There are no reliable statistics of the success of having a baby using frozen eggs, said Dr. Marc A. Fritz, the chairman of the practice committee of the American Society for Reproductive Medicine. The odds of having a baby using fresh donor eggs were 51 percent in 2003, the last year for which data are available from the Centers of Disease Control and Prevention.

Using fresh donor eggs has its own challenges. It requires that the menstrual cycles of the donor and recipient be synchronized using hormones, so finding a mutually convenient time can be a chore, and a donor may either not produce eggs or change her mind mid-cycle.

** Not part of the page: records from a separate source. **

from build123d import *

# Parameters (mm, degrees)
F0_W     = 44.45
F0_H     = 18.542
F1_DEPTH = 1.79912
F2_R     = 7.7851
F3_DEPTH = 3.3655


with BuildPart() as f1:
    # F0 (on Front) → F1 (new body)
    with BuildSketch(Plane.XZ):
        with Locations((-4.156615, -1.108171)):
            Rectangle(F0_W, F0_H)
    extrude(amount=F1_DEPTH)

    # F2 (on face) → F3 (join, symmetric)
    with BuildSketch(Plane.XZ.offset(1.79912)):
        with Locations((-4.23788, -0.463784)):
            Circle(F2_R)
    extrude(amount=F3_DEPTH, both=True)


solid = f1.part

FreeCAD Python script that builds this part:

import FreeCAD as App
import Part
import Sketcher
Q = App.Units.Quantity

doc = App.newDocument("Part")
params = doc.addObject("Spreadsheet::Sheet", "Params")
for row, (alias, value) in enumerate([
    ("sketch1_width", "1.75 in"),
    ("sketch1_height", "0.73 in"),
    ("pad1_length", "1.79912 mm"),
    ("sketch2_diameter", "0.613 in"),
    ("pad2_length", "0.265 in"),
], start=1):
    params.set(f"A{row}", alias)
    params.set(f"B{row}", "=" + value)
    params.setAlias(f"B{row}", alias)

body = doc.addObject("PartDesign::Body", "Body")

# Sketch on XZ plane
sketch1 = doc.addObject("Sketcher::SketchObject", "Sketch")
body.addObject(sketch1)
sketch1.AttachmentSupport = (doc.XZ_Plane, [""])
sketch1.MapMode = "FlatFace"
sketch1.addGeometry([
    Part.LineSegment(App.Vector(-26.381615, 8.162829, 0), App.Vector(-26.381615, -10.379171, 0)),
    Part.LineSegment(App.Vector(-26.381615, -10.379171, 0), App.Vector(18.068385, -10.379171, 0)),
    Part.LineSegment(App.Vector(18.068385, -10.379171, 0), App.Vector(18.068385, 8.162829, 0)),
    Part.LineSegment(App.Vector(18.068385, 8.162829, 0), App.Vector(-26.381615, 8.162829, 0)),
], False)
sketch1.addConstraint([
    Sketcher.Constraint("Coincident", 0, 2, 1, 1),
    Sketcher.Constraint("Coincident", 1, 2, 2, 1),
    Sketcher.Constraint("Coincident", 2, 2, 3, 1),
    Sketcher.Constraint("Coincident", 3, 2, 0, 1),
    Sketcher.Constraint("Vertical", 0),
    Sketcher.Constraint("Horizontal", 1),
    Sketcher.Constraint("Vertical", 2),
    Sketcher.Constraint("Horizontal", 3),
    Sketcher.Constraint("DistanceX", 1, 1, 1, 2, Q("1.75 in")),
    Sketcher.Constraint("DistanceY", 0, 2, 0, 1, Q("0.73 in")),
    Sketcher.Constraint("DistanceY", 0, 2, -1, 1, 10.379171),
    Sketcher.Constraint("DistanceX", 0, 2, -1, 1, 26.381615),
])
sketch1.setExpression("Constraints[8]", "Params.sketch1_width")
sketch1.setExpression("Constraints[9]", "Params.sketch1_height")
pad1 = doc.addObject("PartDesign::Pad", "Pad")
body.addObject(pad1)
pad1.Profile = sketch1
pad1.setExpression("Length", "Params.pad1_length")

# Sketch on XZ plane
sketch2 = doc.addObject("Sketcher::SketchObject", "Sketch001")
body.addObject(sketch2)
sketch2.AttachmentSupport = (doc.XZ_Plane, [""])
sketch2.MapMode = "FlatFace"
sketch2.AttachmentOffset = App.Placement(App.Vector(0, 0, 1.79912), App.Rotation())
sketch2.addGeometry(Part.Circle(App.Vector(-4.23788, -0.463784, 0), App.Vector(0, 0, 1), 7.7851), False)
sketch2.addConstraint([
    Sketcher.Constraint("Diameter", 0, Q("0.613 in")),
    Sketcher.Constraint("DistanceX", 0, 3, -1, 1, 4.23788),
    Sketcher.Constraint("DistanceY", 0, 3, -1, 1, 0.463784),
])
sketch2.setExpression("Constraints[0]", "Params.sketch2_diameter")
pad2 = doc.addObject("PartDesign::Pad", "Pad001")
body.addObject(pad2)
pad2.Profile = sketch2
pad2.setExpression("Length", "Params.pad2_length")
pad2.Midplane = True

doc.recompute()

Demand for egg donors has increased as women wait longer to start their families. Ova quality drops dramatically after age 35 and is a chief cause of infertility.

Frozen eggs donor would eliminate such problems, experts said.

Luci, who requested her last name not be used, opted to try frozen eggs for her second pregnancy after one donor she selected couldn't be found and another backed out. The 50-year old environmental planner's first child was born using a donated embryo.

"The whole experience is so emotionally loaded," said Luci. "Frozen eggs seemed like a safer choice."

The frozen eggs Luci purchased produced viable embryos, but she couldn't sustain a pregnancy.

Kennedy said she opted to use frozen eggs to avoid having to coordinate with a donor's schedule. She also was troubled by the thought of having leftover embryos.